Second, since the area of the alignment film formed on the substrate is small, the area of the alignment liquid transferred onto the roll printing the alignment film is also reduced. The size of the rolls can be reduced because the size of the anneal roll, doctor roll, and printing roll needs to be larger than the width of the active area on the substrate. Therefore, the cost of purchasing a roll can be reduced, and in particular, the cost of purchasing an anilox roll which is expensive can be reduced.
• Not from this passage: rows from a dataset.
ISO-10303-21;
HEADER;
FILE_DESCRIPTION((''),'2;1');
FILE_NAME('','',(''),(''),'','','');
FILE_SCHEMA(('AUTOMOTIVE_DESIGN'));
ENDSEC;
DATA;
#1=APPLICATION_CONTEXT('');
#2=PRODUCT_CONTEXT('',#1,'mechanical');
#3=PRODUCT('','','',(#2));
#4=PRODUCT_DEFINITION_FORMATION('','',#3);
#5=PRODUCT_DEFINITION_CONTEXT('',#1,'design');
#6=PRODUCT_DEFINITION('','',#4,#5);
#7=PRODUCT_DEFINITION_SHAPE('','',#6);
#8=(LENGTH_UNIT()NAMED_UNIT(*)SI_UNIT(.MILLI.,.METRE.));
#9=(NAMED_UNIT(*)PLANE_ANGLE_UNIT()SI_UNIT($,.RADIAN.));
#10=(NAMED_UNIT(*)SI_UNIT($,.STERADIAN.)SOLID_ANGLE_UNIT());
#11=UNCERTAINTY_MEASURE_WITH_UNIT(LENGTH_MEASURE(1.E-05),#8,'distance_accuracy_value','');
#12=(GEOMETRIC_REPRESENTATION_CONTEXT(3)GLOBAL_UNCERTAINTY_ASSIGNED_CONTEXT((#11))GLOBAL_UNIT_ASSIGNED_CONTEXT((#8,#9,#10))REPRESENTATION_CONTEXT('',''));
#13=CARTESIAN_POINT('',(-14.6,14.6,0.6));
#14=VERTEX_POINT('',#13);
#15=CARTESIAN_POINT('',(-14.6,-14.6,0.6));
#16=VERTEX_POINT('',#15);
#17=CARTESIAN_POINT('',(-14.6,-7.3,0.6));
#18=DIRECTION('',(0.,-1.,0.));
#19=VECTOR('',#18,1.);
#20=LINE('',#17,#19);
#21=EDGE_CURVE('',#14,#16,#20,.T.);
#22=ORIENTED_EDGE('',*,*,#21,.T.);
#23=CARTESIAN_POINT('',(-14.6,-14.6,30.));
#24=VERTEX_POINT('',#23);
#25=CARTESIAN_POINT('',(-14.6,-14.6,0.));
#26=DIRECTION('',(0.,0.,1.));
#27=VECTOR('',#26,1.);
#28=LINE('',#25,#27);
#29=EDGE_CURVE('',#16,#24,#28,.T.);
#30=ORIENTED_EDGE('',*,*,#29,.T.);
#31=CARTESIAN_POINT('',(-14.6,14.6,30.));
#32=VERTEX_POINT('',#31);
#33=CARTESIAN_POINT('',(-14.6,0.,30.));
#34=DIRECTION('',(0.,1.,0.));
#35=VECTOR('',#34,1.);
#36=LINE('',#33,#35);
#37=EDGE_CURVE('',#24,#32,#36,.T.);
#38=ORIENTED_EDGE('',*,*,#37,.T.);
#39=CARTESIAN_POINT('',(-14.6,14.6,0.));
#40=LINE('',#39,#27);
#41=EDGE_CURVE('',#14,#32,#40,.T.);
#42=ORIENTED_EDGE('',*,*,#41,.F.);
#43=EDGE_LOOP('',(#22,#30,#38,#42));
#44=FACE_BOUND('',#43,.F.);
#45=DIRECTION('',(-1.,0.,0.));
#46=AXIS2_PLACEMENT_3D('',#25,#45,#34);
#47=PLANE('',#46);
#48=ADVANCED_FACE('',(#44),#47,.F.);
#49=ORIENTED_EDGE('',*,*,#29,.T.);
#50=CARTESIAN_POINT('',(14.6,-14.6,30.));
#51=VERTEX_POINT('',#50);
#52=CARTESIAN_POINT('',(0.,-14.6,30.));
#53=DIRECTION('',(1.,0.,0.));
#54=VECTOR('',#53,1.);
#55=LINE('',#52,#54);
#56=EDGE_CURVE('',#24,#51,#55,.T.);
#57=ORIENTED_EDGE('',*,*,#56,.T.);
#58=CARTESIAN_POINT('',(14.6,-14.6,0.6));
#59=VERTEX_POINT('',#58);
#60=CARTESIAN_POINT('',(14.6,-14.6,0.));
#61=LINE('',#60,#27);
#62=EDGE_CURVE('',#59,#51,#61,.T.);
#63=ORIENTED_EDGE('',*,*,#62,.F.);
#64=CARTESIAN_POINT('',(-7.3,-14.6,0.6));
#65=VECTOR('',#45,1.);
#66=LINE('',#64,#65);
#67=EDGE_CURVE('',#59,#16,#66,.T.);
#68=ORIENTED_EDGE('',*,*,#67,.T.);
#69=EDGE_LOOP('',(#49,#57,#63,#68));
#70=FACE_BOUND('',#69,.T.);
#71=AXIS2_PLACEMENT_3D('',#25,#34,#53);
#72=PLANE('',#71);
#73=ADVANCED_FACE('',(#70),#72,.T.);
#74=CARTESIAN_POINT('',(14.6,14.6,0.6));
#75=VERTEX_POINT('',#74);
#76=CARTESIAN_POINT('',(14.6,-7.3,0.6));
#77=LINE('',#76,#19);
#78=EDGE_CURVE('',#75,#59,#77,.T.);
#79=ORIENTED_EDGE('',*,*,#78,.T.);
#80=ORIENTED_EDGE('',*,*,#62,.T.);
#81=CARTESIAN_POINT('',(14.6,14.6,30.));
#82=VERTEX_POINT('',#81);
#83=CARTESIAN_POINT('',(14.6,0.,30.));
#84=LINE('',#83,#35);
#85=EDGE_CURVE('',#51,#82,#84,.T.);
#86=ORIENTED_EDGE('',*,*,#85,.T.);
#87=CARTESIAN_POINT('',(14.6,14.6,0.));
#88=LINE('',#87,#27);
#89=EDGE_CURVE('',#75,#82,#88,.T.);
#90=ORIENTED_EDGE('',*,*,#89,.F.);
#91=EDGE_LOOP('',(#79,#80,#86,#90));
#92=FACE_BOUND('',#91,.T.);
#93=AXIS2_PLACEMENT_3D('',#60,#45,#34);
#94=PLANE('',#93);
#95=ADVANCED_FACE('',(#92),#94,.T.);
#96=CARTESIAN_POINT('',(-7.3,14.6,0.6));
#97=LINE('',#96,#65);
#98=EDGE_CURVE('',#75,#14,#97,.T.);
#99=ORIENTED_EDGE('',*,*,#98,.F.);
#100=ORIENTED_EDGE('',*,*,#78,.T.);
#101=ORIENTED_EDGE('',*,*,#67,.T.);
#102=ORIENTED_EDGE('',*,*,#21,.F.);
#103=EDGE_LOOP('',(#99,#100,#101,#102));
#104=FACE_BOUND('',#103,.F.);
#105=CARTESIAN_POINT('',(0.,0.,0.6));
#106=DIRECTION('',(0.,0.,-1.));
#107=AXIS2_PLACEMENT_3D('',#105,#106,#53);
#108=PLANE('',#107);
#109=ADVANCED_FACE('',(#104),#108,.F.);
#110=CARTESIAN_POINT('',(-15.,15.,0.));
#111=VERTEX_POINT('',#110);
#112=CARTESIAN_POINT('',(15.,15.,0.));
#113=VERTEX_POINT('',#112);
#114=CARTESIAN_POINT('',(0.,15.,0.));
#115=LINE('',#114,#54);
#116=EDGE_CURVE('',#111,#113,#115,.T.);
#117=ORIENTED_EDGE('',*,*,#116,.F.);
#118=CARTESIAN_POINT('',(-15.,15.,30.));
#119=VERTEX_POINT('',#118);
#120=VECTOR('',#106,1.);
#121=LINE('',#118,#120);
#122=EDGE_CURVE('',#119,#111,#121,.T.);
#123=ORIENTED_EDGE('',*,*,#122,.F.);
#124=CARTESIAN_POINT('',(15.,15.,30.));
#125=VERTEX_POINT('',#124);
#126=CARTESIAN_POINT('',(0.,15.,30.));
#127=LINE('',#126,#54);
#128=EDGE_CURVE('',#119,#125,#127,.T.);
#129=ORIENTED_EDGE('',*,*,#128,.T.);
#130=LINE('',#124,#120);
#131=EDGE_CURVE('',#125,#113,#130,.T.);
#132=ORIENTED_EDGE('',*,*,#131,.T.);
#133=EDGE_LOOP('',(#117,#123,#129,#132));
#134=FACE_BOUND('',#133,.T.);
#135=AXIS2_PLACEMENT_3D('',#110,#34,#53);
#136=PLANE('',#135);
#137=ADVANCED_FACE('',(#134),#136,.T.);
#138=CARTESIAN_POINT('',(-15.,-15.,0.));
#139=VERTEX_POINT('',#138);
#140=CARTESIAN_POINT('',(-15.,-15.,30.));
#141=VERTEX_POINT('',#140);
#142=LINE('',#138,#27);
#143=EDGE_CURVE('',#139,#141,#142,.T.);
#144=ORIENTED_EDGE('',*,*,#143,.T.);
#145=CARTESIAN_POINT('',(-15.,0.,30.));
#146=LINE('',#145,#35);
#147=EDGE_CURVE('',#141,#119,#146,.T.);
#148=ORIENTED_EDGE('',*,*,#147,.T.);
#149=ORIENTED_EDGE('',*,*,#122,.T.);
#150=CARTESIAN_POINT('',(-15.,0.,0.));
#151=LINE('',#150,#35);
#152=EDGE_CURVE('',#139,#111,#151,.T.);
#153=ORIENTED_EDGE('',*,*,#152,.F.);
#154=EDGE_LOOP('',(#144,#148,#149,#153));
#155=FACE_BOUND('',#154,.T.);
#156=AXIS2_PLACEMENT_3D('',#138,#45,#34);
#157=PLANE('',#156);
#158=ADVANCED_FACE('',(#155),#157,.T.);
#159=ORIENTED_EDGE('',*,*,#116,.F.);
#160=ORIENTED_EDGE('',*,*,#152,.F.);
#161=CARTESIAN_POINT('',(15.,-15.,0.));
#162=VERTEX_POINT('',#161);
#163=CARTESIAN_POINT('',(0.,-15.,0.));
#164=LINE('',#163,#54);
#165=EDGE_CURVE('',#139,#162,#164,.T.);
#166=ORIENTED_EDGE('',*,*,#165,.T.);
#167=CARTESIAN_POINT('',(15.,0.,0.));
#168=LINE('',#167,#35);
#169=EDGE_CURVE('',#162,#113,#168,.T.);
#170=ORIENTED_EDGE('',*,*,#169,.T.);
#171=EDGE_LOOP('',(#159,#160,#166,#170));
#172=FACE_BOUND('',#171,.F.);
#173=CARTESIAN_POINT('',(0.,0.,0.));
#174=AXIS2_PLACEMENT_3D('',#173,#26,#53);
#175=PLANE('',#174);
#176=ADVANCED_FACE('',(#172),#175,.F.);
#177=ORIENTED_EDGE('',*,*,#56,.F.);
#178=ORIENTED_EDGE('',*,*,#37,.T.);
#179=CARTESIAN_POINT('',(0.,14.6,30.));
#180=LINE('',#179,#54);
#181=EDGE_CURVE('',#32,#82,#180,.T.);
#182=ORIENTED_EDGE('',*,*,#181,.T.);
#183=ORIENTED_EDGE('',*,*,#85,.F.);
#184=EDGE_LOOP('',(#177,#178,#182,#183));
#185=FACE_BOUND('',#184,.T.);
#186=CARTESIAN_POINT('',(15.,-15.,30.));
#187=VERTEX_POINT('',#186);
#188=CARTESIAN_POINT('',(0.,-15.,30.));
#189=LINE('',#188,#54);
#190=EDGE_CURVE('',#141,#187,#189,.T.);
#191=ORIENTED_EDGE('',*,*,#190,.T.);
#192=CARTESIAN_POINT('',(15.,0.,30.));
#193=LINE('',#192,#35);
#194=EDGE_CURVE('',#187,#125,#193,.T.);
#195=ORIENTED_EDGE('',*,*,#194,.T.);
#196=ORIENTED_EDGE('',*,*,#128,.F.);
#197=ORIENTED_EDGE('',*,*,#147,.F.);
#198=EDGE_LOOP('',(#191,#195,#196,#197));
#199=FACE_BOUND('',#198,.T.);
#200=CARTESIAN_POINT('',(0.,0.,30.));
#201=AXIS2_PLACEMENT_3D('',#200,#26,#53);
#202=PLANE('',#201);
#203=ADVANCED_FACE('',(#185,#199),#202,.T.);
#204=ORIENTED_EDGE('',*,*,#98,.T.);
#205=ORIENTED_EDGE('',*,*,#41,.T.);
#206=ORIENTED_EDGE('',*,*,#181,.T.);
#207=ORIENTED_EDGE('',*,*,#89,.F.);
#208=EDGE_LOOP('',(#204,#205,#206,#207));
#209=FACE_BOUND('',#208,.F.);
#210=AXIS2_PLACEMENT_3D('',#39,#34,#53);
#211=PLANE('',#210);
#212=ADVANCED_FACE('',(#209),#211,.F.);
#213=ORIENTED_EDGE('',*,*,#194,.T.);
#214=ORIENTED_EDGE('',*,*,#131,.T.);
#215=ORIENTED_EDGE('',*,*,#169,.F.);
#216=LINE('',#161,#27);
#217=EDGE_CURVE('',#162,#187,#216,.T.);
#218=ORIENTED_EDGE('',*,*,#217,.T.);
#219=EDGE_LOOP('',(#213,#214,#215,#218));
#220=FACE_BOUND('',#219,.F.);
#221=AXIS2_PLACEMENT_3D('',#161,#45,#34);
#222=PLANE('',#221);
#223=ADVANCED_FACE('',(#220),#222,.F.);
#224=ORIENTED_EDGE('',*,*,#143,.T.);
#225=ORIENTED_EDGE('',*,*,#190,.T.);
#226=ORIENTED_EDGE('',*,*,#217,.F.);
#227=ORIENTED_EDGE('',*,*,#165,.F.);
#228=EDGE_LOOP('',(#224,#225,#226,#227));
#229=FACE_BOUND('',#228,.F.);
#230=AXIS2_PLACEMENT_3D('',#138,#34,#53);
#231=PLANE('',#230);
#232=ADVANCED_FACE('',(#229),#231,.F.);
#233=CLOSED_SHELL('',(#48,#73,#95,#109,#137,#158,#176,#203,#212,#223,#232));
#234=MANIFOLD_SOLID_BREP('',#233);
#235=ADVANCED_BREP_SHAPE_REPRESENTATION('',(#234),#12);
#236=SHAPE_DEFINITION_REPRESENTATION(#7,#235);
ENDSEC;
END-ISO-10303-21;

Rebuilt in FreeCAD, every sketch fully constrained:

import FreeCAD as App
import Part
import Sketcher
from FreeCAD import Vector
Q = App.Units.Quantity

doc = App.newDocument("Part")
body = doc.addObject("PartDesign::Body", "Body")

# Sketch on XY plane
sketch1 = body.newObject("Sketcher::SketchObject", "Sketch")
sketch1.AttachmentSupport = (doc.getObject("XY_Plane"), [""])
sketch1.MapMode = "FlatFace"
sketch1.addGeometry([
    Part.LineSegment(Vector(-15, 15, 0), Vector(-15, -15, 0)),  # 0
    Part.LineSegment(Vector(-15, -15, 0), Vector(15, -15, 0)),  # 1
    Part.LineSegment(Vector(15, -15, 0), Vector(15, 15, 0)),  # 2
    Part.LineSegment(Vector(15, 15, 0), Vector(-15, 15, 0)),  # 3
    Part.LineSegment(Vector(14.6, -14.6, 0), Vector(-14.6, -14.6, 0)),  # 4
    Part.LineSegment(Vector(-14.6, -14.6, 0), Vector(-14.6, 14.6, 0)),  # 5
    Part.LineSegment(Vector(-14.6, 14.6, 0), Vector(14.6, 14.6, 0)),  # 6
    Part.LineSegment(Vector(14.6, 14.6, 0), Vector(14.6, -14.6, 0)),  # 7
], False)
sketch1.addConstraint([
    Sketcher.Constraint("Coincident", 0, 2, 1, 1),
    Sketcher.Constraint("Coincident", 1, 2, 2, 1),
    Sketcher.Constraint("Coincident", 2, 2, 3, 1),
    Sketcher.Constraint("Coincident", 3, 2, 0, 1),
    Sketcher.Constraint("Coincident", 4, 2, 5, 1),
    Sketcher.Constraint("Coincident", 5, 2, 6, 1),
    Sketcher.Constraint("Coincident", 6, 2, 7, 1),
    Sketcher.Constraint("Coincident", 7, 2, 4, 1),
    Sketcher.Constraint("Vertical", 0),
    Sketcher.Constraint("Horizontal", 1),
    Sketcher.Constraint("Vertical", 2),
    Sketcher.Constraint("Horizontal", 3),
    Sketcher.Constraint("Horizontal", 4),
    Sketcher.Constraint("Vertical", 5),
    Sketcher.Constraint("Horizontal", 6),
    Sketcher.Constraint("Vertical", 7),
    Sketcher.Constraint("Symmetric", 0, 2, 2, 2, -1, 1),
    Sketcher.Constraint("Symmetric", 4, 2, 6, 2, -1, 1),
    Sketcher.Constraint("Equal", 3, 0),
    Sketcher.Constraint("Equal", 6, 5),
    Sketcher.Constraint("DistanceX", 1, 1, 1, 2, Q("30 mm")),
    Sketcher.Constraint("DistanceX", 4, 2, 4, 1, Q("29.2 mm")),
])
pad1 = body.newObject("PartDesign::Pad", "Pad")
pad1.Profile = sketch1
pad1.Length = 30

# Sketch on XY plane
sketch2 = body.newObject("Sketcher::SketchObject", "Sketch001")
sketch2.AttachmentSupport = (doc.getObject("XY_Plane"), [""])
sketch2.MapMode = "FlatFace"
sketch2.addGeometry([
    Part.LineSegment(Vector(-15, -15, 0), Vector(-15, 15, 0)),
    Part.LineSegment(Vector(-15, 15, 0), Vector(15, 15, 0)),
    Part.LineSegment(Vector(15, 15, 0), Vector(15, -15, 0)),
    Part.LineSegment(Vector(15, -15, 0), Vector(-15, -15, 0)),
], False)
sketch2.addConstraint([
    Sketcher.Constraint("Coincident", 0, 2, 1, 1),
    Sketcher.Constraint("Coincident", 1, 2, 2, 1),
    Sketcher.Constraint("Coincident", 2, 2, 3, 1),
    Sketcher.Constraint("Coincident", 3, 2, 0, 1),
    Sketcher.Constraint("Vertical", 0),
    Sketcher.Constraint("Horizontal", 1),
    Sketcher.Constraint("Vertical", 2),
    Sketcher.Constraint("Horizontal", 3),
    Sketcher.Constraint("Symmetric", 0, 2, 2, 2, -1, 1),
    Sketcher.Constraint("Equal", 3, 0),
Third, since the alignment liquid supply region on the anilox roll is reduced, it is possible to reduce the time for the dispenser to supply the alignment liquid while reciprocating over the anilox roll. The dispenser may be installed to move only by the width corresponding to the active area on the substrate, thereby reducing the round trip time of the dispenser, thereby reducing the time required for the entire process.

Claims (5)

Alignment liquid supply means provided to supply the alignment liquid; A first roll receiving the alignment liquid from the alignment liquid supply means; A second roll rotating adjacent to the first roll so that the supplied alignment liquid forms a uniform film on the first roll surface; Alignment film printing means having an embossed pattern corresponding to an active region in which switching elements or color filters are formed on the substrate; A third roll to which the alignment film printing means is attached and installed to rotate in contact with the first roll to transfer the alignment liquid from the first roll to the alignment film printing means and to retransfer the alignment film onto the substrate; Alignment film printing apparatus of the liquid crystal display device comprising a. 2. An alignment film printing apparatus for a liquid crystal display device as claimed in claim 1, wherein said alignment film printing means is made of a rubber plate. The alignment film printing apparatus of claim 1, wherein the alignment liquid supplying means is provided to reciprocate the upper portion of the first roll by a section in which an active region on the substrate is formed. The alignment liquid supplying unit supplies the alignment liquid to the first roll; Forming an alignment liquid supplied to the first roll into an alignment film having a uniform thickness; Transferring the alignment film to alignment film printing means attached to a second roll which abuts against the first roll and rotates; Preparing a substrate divided into an active region and a dummy region; Retransferring an alignment layer to the active region of the substrate using the second roll Alignment film printing method of a liquid crystal display device comprising a. 4. The method for printing an alignment film of a liquid crystal display device according to claim 3, wherein the alignment liquid is supplied from the alignment liquid supply part to the first roll by the width of the active region on the substrate.